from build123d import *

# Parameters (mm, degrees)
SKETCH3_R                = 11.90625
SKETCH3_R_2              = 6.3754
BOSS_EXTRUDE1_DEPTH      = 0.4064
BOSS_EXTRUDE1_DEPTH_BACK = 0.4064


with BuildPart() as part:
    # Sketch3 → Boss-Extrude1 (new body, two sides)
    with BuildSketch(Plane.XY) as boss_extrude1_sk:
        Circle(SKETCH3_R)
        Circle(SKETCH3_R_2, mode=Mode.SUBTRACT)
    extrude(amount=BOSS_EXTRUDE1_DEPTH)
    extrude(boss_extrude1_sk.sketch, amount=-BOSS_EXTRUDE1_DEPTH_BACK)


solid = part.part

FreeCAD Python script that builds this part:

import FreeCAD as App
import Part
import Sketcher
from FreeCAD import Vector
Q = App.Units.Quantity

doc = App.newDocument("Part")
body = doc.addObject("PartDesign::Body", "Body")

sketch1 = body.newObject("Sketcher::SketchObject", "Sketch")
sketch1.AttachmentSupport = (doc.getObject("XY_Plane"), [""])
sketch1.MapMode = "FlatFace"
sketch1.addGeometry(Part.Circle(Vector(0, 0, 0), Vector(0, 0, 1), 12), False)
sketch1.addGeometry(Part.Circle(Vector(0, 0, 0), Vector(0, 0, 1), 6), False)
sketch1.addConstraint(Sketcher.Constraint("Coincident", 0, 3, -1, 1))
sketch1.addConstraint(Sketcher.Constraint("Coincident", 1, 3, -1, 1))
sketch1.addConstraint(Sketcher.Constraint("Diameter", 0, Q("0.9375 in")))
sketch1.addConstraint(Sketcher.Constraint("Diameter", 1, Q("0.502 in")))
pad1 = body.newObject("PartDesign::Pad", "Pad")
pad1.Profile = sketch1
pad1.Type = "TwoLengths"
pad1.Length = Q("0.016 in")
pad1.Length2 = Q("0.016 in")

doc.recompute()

--

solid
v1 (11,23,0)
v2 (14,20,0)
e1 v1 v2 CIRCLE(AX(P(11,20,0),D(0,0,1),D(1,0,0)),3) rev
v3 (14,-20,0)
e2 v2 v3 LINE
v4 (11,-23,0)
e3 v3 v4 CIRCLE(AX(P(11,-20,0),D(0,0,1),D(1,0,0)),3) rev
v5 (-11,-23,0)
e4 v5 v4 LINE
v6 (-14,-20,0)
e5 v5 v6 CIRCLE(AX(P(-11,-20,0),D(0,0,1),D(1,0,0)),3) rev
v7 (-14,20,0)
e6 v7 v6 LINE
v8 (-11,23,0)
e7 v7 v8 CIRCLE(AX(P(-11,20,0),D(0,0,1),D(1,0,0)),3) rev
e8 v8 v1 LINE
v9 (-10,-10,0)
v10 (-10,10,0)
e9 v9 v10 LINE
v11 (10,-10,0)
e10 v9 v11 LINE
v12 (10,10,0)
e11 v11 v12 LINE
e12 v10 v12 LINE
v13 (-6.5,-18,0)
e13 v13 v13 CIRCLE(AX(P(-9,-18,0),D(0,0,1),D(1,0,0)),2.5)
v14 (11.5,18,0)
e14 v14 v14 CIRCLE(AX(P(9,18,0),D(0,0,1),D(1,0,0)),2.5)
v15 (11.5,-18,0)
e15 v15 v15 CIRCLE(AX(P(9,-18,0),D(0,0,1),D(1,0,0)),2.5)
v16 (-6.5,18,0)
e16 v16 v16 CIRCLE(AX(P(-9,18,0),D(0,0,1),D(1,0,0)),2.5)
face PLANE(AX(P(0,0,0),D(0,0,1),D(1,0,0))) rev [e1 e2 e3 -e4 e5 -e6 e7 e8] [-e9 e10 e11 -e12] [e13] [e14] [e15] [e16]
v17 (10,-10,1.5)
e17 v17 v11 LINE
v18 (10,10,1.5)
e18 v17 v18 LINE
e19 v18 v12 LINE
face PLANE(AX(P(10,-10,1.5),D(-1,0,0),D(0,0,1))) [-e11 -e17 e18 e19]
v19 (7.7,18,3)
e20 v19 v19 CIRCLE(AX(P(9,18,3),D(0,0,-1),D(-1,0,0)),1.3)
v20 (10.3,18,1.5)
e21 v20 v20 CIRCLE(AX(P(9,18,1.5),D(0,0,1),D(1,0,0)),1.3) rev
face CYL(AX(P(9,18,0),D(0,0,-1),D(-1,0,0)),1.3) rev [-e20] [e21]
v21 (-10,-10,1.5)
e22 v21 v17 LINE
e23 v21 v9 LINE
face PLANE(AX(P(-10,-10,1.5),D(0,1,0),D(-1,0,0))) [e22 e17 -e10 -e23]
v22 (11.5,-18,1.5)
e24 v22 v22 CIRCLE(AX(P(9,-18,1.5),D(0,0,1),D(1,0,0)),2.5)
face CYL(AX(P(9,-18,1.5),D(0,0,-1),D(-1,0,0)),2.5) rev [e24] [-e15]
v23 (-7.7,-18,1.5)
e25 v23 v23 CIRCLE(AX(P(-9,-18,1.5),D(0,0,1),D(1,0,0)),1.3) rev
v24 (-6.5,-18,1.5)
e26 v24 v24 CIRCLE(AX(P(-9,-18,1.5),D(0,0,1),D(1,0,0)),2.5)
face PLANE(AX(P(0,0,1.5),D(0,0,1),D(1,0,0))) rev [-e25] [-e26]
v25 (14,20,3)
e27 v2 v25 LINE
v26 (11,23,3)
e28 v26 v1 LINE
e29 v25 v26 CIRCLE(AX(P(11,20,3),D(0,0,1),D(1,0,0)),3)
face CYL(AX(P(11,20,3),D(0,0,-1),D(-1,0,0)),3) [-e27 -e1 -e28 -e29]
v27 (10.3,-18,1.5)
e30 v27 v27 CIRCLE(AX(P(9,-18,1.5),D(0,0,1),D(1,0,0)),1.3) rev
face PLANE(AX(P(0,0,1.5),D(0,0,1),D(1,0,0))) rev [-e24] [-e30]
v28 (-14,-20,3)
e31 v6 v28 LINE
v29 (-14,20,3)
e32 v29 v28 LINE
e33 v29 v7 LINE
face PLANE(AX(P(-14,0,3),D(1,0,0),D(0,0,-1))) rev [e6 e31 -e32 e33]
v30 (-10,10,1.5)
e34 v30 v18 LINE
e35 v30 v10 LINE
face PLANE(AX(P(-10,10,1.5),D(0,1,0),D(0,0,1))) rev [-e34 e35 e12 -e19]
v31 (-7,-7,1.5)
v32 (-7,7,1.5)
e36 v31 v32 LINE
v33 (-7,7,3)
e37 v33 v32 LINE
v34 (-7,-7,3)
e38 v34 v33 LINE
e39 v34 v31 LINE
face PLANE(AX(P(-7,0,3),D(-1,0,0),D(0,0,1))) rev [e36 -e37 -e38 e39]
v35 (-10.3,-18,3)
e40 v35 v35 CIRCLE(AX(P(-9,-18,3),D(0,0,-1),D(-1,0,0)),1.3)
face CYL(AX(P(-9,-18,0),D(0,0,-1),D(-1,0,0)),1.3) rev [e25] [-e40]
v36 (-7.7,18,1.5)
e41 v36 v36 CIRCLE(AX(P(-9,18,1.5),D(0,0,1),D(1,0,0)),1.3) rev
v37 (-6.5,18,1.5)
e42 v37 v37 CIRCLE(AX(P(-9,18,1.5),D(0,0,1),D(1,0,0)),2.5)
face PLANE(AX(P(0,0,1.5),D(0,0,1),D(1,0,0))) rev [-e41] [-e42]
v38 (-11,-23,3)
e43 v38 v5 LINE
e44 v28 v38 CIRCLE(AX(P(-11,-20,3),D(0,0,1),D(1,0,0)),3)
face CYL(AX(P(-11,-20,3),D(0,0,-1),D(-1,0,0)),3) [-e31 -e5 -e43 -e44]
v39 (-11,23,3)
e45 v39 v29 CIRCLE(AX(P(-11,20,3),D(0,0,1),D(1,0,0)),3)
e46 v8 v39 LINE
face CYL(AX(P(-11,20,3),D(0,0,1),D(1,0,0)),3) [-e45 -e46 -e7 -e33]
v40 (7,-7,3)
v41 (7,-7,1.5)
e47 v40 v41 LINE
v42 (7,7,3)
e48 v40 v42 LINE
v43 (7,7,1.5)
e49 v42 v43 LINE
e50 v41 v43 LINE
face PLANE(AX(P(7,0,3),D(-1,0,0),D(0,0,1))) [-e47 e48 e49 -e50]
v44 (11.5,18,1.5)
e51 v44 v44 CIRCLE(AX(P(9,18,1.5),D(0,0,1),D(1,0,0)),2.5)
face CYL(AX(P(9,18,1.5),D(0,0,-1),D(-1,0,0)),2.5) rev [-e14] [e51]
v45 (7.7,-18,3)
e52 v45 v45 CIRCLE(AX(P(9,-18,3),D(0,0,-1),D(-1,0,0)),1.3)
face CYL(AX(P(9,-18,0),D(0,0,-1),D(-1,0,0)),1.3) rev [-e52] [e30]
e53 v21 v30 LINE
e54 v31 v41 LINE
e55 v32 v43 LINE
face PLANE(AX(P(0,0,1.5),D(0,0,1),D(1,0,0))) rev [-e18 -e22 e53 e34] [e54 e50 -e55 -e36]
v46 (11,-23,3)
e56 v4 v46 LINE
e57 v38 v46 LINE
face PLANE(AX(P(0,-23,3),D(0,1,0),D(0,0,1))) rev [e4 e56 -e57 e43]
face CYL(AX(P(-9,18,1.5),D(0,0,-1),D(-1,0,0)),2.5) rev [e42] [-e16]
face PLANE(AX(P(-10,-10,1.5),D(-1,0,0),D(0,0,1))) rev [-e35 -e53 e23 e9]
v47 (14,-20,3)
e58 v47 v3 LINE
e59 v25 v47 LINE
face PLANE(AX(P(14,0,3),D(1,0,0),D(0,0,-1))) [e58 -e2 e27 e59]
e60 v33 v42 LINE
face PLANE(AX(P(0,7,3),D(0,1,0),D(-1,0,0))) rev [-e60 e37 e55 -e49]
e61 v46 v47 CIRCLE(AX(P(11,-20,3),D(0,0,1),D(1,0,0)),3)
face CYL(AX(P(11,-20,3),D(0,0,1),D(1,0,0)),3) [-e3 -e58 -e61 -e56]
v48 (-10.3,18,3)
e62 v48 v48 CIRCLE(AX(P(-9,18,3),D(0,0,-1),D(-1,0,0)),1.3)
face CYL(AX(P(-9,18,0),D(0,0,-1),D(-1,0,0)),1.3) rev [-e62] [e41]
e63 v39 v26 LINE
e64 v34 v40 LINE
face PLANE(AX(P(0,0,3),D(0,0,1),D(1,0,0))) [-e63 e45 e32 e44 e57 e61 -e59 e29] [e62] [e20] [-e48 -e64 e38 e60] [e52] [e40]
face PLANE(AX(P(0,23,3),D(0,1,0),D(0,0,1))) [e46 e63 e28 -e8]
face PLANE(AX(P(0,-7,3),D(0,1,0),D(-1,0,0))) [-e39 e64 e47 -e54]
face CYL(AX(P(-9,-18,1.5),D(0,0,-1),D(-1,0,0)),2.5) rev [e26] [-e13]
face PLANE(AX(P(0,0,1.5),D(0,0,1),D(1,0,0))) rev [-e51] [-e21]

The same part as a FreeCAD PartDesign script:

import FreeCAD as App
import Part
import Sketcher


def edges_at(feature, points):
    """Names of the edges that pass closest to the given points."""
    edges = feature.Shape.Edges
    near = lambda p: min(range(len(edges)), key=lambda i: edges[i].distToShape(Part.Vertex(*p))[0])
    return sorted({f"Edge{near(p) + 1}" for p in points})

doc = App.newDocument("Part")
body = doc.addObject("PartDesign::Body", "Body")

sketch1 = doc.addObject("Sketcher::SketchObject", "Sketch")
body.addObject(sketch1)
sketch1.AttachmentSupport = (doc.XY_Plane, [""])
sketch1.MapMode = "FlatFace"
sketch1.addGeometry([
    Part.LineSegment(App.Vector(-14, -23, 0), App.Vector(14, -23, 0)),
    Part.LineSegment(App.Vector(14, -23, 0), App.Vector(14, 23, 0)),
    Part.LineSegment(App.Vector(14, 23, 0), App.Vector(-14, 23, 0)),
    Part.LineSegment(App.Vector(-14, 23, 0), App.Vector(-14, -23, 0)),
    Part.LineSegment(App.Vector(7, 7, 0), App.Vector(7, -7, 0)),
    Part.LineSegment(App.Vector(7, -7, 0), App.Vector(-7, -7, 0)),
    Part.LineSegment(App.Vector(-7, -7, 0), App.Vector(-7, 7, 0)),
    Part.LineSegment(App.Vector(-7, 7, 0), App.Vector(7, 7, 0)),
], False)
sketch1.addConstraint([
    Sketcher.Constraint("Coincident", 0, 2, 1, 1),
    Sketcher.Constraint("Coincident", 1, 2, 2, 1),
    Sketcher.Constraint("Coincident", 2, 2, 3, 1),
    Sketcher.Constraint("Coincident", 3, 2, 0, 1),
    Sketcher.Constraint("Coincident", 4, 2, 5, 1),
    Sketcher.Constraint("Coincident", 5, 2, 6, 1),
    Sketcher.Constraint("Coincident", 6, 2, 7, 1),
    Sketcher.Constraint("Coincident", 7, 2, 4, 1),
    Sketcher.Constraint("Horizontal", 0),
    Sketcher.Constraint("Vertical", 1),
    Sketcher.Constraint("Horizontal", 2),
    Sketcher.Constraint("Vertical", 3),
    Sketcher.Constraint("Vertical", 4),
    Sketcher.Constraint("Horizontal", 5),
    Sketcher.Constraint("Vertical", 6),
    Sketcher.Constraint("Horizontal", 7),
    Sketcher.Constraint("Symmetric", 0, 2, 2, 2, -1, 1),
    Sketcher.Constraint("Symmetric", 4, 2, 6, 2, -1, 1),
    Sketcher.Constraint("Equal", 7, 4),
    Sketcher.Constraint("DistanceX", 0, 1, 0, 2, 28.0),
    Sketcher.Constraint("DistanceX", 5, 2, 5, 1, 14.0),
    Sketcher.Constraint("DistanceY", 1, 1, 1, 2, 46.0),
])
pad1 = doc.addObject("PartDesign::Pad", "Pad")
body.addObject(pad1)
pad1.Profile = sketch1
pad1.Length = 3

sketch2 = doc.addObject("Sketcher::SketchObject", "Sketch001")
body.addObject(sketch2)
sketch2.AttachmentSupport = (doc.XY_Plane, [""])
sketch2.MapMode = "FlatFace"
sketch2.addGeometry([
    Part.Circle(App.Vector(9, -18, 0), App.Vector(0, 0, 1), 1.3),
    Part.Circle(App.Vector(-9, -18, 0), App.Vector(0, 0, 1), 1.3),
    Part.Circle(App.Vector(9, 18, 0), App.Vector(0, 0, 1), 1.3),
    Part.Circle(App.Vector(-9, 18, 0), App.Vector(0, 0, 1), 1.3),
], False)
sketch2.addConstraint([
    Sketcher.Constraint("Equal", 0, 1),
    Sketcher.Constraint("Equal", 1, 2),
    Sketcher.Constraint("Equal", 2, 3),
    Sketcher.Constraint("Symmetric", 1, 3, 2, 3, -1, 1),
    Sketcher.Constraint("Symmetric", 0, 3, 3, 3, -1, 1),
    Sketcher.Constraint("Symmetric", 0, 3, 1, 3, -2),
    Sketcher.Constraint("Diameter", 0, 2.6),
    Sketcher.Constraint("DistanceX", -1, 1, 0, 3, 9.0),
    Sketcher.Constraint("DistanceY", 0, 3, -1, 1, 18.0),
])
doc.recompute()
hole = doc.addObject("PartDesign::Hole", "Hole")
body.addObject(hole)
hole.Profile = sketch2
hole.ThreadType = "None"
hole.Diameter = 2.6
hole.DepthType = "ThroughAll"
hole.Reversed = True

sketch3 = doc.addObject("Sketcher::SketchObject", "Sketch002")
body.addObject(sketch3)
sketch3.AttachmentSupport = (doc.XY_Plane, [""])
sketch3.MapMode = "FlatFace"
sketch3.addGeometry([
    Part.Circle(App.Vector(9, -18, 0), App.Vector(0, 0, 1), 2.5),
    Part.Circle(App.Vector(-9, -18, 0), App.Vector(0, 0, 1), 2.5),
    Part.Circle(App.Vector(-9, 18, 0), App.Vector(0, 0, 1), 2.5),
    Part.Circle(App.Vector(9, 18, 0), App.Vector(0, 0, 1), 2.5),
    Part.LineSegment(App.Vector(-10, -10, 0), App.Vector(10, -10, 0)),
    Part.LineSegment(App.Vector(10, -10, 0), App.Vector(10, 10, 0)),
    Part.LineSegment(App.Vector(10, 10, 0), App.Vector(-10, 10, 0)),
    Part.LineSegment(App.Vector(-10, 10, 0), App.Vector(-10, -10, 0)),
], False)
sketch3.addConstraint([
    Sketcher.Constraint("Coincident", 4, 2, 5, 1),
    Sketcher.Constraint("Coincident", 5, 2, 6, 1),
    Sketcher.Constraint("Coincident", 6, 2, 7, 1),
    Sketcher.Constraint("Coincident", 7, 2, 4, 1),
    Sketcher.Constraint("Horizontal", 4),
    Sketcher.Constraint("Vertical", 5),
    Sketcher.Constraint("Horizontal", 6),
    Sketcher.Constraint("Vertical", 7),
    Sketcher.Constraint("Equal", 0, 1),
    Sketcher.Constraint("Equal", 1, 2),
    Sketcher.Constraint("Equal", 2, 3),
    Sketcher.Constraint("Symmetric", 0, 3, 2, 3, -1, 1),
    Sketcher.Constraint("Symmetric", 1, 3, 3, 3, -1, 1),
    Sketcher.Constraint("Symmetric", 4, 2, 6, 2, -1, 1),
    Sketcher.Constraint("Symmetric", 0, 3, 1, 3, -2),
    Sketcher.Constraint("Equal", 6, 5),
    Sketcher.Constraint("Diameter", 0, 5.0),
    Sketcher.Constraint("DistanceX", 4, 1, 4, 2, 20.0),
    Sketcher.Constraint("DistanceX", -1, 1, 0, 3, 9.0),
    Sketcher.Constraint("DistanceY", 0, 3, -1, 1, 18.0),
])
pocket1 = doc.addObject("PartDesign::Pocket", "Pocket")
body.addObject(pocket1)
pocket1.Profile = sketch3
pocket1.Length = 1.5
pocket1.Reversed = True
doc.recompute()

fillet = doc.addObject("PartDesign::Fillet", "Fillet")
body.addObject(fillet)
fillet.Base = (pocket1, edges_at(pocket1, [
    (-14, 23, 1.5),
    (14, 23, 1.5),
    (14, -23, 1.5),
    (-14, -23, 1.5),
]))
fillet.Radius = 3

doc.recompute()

> What is expected
The output should be exactly the lines above from the line containing "from build123d import *" to the line containing "# Sketch3 →", inclusive, with no other lines.

> Problem solution
from build123d import *

# Parameters (mm, degrees)
SKETCH3_R                = 11.90625
SKETCH3_R_2              = 6.3754
BOSS_EXTRUDE1_DEPTH      = 0.4064
BOSS_EXTRUDE1_DEPTH_BACK = 0.4064


with BuildPart() as part:
    # Sketch3 → Boss-Extrude1 (new body, two sides)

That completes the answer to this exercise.